What this task involves ->
Once every line containing "Locations" has been counted, report the total for the data and nothing else.

Source data

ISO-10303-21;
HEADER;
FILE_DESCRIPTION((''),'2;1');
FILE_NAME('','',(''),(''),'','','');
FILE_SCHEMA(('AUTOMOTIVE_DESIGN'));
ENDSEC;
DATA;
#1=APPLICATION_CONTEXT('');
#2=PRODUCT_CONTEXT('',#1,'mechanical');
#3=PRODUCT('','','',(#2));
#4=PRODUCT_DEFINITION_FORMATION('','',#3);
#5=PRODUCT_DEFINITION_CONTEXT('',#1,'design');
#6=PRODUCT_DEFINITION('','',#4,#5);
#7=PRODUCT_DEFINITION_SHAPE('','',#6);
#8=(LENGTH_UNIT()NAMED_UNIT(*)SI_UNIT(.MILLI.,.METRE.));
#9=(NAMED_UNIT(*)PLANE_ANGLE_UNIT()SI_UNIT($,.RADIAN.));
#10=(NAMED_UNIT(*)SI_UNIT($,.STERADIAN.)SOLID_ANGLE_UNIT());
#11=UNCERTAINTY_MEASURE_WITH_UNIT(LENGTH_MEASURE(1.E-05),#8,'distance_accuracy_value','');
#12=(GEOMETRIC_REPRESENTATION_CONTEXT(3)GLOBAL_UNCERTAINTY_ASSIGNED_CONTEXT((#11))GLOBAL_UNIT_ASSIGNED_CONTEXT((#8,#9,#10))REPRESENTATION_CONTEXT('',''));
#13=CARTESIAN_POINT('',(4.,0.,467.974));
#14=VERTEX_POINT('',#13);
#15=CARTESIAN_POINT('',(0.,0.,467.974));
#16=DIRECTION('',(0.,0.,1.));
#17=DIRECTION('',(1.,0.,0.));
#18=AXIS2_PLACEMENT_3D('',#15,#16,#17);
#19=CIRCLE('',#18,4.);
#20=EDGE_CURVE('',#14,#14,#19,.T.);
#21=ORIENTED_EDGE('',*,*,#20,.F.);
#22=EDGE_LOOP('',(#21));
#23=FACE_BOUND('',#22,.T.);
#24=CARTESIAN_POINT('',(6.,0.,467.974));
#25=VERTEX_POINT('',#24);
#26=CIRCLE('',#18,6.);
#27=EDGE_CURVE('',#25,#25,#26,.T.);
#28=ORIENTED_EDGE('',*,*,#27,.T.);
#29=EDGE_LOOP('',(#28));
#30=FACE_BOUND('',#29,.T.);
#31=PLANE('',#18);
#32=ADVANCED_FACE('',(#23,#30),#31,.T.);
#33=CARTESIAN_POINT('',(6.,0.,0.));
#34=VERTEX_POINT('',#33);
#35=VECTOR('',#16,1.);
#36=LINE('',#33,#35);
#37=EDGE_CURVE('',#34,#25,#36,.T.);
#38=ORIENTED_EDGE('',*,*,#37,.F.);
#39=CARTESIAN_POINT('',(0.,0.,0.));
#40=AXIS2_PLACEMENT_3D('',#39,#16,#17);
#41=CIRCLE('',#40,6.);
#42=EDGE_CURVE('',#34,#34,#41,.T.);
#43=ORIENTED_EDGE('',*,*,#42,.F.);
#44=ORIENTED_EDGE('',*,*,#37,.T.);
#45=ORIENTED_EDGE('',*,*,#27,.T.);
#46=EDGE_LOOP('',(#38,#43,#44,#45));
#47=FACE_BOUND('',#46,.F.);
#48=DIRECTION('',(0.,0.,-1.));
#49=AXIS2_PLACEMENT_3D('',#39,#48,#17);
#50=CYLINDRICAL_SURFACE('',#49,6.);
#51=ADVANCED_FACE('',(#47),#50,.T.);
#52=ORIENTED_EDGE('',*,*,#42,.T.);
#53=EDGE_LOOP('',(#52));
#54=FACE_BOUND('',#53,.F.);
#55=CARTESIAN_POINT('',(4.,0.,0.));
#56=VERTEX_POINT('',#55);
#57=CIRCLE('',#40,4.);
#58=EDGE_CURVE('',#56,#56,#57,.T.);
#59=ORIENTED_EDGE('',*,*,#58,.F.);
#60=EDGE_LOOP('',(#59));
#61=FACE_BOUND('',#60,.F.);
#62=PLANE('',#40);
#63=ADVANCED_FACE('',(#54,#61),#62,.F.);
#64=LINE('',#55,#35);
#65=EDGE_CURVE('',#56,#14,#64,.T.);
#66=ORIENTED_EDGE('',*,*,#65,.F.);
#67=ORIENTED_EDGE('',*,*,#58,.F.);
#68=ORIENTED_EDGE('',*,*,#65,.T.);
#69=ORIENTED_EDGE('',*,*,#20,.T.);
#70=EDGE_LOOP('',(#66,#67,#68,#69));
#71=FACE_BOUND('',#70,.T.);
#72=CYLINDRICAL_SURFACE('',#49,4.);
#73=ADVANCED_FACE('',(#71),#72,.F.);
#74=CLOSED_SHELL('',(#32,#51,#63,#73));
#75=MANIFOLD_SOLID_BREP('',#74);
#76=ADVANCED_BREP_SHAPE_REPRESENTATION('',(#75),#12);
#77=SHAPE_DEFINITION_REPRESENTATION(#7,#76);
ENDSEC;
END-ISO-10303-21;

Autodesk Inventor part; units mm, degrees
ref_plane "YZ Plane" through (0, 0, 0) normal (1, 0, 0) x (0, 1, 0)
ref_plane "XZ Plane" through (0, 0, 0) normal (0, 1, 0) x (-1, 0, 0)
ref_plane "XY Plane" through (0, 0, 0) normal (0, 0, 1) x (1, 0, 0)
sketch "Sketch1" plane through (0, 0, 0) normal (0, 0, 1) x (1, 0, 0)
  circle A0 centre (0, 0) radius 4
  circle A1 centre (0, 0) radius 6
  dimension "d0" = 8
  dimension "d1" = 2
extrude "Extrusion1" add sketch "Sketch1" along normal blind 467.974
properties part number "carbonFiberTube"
...
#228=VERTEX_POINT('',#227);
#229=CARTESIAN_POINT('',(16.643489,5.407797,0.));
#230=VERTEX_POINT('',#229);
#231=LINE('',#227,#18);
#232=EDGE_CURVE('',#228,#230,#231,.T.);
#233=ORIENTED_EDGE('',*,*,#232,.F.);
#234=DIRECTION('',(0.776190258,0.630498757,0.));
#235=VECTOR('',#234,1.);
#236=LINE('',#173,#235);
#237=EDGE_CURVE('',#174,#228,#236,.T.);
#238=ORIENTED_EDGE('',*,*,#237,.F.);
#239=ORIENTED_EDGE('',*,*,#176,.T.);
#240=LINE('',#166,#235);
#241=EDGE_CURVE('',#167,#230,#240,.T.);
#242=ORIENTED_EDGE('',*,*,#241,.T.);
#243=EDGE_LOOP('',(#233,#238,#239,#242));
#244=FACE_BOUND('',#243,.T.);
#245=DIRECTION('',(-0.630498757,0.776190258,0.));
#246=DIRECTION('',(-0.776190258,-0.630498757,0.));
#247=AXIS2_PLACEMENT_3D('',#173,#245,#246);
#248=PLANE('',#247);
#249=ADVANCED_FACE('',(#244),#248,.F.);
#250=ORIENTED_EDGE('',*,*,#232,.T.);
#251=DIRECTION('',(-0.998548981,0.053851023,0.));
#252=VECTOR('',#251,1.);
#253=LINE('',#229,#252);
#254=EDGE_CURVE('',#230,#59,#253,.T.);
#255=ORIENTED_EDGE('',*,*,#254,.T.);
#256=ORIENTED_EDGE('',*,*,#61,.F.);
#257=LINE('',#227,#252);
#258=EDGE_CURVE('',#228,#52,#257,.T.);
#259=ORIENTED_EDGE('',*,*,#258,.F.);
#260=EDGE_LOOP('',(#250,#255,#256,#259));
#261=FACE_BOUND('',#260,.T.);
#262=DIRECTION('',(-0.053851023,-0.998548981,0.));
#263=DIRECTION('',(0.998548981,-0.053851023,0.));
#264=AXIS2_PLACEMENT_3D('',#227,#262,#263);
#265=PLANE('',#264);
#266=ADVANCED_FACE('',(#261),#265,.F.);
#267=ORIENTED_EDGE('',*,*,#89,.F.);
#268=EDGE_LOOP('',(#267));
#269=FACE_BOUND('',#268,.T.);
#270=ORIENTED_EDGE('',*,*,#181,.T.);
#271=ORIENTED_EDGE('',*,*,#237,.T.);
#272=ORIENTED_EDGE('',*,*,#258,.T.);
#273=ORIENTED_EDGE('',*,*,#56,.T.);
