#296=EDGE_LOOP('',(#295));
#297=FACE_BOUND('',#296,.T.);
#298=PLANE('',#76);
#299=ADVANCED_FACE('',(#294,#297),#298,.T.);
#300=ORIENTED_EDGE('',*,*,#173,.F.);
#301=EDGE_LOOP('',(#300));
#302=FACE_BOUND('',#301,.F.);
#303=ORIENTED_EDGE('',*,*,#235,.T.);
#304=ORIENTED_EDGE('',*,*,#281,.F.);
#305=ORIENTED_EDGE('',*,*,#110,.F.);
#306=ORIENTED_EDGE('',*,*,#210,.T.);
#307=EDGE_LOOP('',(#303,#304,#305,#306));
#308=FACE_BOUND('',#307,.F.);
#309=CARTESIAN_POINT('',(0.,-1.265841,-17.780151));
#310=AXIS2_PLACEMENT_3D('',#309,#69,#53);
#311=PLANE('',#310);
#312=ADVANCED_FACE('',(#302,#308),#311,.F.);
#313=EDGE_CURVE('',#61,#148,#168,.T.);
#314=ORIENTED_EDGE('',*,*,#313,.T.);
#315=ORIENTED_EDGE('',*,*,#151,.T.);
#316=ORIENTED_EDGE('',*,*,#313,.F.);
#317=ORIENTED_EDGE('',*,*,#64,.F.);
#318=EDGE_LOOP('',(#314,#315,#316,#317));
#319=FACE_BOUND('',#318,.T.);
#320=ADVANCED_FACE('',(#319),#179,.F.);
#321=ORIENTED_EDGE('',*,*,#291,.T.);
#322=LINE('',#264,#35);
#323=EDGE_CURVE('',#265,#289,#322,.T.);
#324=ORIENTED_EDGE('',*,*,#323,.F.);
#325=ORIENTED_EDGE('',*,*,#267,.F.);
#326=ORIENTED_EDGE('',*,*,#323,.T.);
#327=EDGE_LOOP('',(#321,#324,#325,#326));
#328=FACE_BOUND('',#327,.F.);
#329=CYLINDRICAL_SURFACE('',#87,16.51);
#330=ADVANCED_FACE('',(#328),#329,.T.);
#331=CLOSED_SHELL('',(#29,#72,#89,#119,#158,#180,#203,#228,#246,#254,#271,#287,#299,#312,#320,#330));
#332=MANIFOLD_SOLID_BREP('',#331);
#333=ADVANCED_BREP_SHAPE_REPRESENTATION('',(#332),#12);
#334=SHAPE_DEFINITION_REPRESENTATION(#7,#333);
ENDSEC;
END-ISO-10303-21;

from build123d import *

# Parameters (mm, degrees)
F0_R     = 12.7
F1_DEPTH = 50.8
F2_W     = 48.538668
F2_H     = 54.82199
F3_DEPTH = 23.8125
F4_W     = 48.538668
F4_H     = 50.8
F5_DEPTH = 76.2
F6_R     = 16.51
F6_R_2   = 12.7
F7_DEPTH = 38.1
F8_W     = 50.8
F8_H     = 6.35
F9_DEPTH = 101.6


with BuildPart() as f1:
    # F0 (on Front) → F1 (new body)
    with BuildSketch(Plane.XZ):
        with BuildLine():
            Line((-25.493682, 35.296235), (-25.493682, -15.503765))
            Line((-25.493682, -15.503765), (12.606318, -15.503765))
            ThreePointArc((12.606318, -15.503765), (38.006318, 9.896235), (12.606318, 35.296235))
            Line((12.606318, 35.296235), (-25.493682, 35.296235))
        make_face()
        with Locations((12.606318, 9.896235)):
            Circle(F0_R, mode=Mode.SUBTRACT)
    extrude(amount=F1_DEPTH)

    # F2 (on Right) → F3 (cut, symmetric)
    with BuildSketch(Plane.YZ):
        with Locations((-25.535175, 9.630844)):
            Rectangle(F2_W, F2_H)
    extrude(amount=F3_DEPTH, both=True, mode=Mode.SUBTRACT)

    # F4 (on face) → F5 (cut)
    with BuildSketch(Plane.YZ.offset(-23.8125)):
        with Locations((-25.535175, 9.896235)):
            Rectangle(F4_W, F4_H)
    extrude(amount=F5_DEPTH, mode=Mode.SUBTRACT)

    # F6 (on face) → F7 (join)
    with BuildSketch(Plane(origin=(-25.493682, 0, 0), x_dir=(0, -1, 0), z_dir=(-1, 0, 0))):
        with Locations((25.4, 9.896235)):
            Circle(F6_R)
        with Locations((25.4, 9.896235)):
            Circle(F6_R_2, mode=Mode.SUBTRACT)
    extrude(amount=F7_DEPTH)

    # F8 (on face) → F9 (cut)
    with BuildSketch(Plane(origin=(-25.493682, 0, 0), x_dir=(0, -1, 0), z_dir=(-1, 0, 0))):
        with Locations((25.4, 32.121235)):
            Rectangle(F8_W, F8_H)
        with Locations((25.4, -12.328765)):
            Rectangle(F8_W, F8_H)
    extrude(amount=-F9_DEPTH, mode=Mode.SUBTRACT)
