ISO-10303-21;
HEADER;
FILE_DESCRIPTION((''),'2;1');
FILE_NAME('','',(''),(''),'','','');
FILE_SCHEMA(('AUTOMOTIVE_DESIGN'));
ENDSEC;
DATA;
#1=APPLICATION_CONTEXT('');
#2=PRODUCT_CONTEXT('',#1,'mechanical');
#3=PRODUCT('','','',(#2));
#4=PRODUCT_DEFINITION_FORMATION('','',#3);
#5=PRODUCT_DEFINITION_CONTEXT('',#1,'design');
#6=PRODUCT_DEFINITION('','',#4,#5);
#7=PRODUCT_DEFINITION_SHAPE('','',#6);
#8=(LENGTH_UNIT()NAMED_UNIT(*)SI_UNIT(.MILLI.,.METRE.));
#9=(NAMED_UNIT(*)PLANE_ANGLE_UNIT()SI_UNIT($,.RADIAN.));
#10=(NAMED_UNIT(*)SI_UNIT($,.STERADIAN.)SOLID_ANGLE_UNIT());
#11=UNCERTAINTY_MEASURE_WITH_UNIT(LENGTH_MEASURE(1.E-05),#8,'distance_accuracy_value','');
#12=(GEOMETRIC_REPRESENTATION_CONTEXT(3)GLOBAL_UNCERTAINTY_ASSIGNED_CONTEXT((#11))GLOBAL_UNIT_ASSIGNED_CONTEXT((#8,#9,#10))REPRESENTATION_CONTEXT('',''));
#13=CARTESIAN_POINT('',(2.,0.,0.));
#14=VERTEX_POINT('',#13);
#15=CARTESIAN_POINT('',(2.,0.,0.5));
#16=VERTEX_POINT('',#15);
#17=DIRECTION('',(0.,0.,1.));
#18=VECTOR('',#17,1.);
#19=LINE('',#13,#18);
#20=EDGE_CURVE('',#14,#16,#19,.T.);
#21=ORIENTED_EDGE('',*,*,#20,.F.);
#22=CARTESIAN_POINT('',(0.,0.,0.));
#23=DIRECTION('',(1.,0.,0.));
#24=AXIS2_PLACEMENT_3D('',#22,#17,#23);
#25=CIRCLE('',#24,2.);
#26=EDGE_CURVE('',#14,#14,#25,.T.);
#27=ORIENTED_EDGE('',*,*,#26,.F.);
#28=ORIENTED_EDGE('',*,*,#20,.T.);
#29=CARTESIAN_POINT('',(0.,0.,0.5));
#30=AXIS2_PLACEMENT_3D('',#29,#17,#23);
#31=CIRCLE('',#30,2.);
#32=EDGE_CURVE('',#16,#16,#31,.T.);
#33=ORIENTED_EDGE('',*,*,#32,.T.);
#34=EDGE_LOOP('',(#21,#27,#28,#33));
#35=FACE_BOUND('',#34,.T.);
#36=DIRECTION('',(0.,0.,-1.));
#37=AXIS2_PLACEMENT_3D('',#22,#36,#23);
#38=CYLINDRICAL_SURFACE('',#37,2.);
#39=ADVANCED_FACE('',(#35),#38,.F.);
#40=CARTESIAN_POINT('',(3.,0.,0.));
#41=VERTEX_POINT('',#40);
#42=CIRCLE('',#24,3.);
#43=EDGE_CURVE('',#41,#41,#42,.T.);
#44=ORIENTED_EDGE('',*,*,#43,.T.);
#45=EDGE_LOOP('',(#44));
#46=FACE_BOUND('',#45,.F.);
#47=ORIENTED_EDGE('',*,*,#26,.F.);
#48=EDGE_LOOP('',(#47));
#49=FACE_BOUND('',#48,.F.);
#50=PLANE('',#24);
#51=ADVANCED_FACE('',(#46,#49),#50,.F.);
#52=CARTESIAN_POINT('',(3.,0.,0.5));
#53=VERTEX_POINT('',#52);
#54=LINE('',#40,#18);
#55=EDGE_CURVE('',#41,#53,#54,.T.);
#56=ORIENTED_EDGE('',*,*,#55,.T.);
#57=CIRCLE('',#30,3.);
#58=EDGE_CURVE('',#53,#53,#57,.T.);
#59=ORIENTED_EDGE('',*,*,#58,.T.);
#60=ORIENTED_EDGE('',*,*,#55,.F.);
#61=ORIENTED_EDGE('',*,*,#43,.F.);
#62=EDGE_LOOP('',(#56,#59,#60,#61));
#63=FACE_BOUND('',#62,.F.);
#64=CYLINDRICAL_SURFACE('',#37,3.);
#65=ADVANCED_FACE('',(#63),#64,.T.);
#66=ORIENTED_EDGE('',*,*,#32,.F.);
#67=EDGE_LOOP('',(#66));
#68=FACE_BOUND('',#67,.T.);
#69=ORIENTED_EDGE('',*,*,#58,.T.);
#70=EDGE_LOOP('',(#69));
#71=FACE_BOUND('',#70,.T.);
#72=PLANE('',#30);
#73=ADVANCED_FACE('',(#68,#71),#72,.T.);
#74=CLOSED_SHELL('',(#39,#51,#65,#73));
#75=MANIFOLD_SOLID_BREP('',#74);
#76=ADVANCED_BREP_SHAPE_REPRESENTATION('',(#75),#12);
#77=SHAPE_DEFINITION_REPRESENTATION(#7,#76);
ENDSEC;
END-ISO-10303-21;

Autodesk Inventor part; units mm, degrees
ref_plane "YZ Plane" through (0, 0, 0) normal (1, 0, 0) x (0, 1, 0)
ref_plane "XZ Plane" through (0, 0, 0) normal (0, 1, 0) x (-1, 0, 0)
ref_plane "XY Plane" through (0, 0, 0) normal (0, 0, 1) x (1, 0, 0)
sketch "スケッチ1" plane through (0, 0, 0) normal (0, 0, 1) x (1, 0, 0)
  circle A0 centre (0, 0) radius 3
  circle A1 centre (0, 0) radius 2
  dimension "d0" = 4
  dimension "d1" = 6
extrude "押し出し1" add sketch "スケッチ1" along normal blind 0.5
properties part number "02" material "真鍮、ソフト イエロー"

Answer to this problem ->
7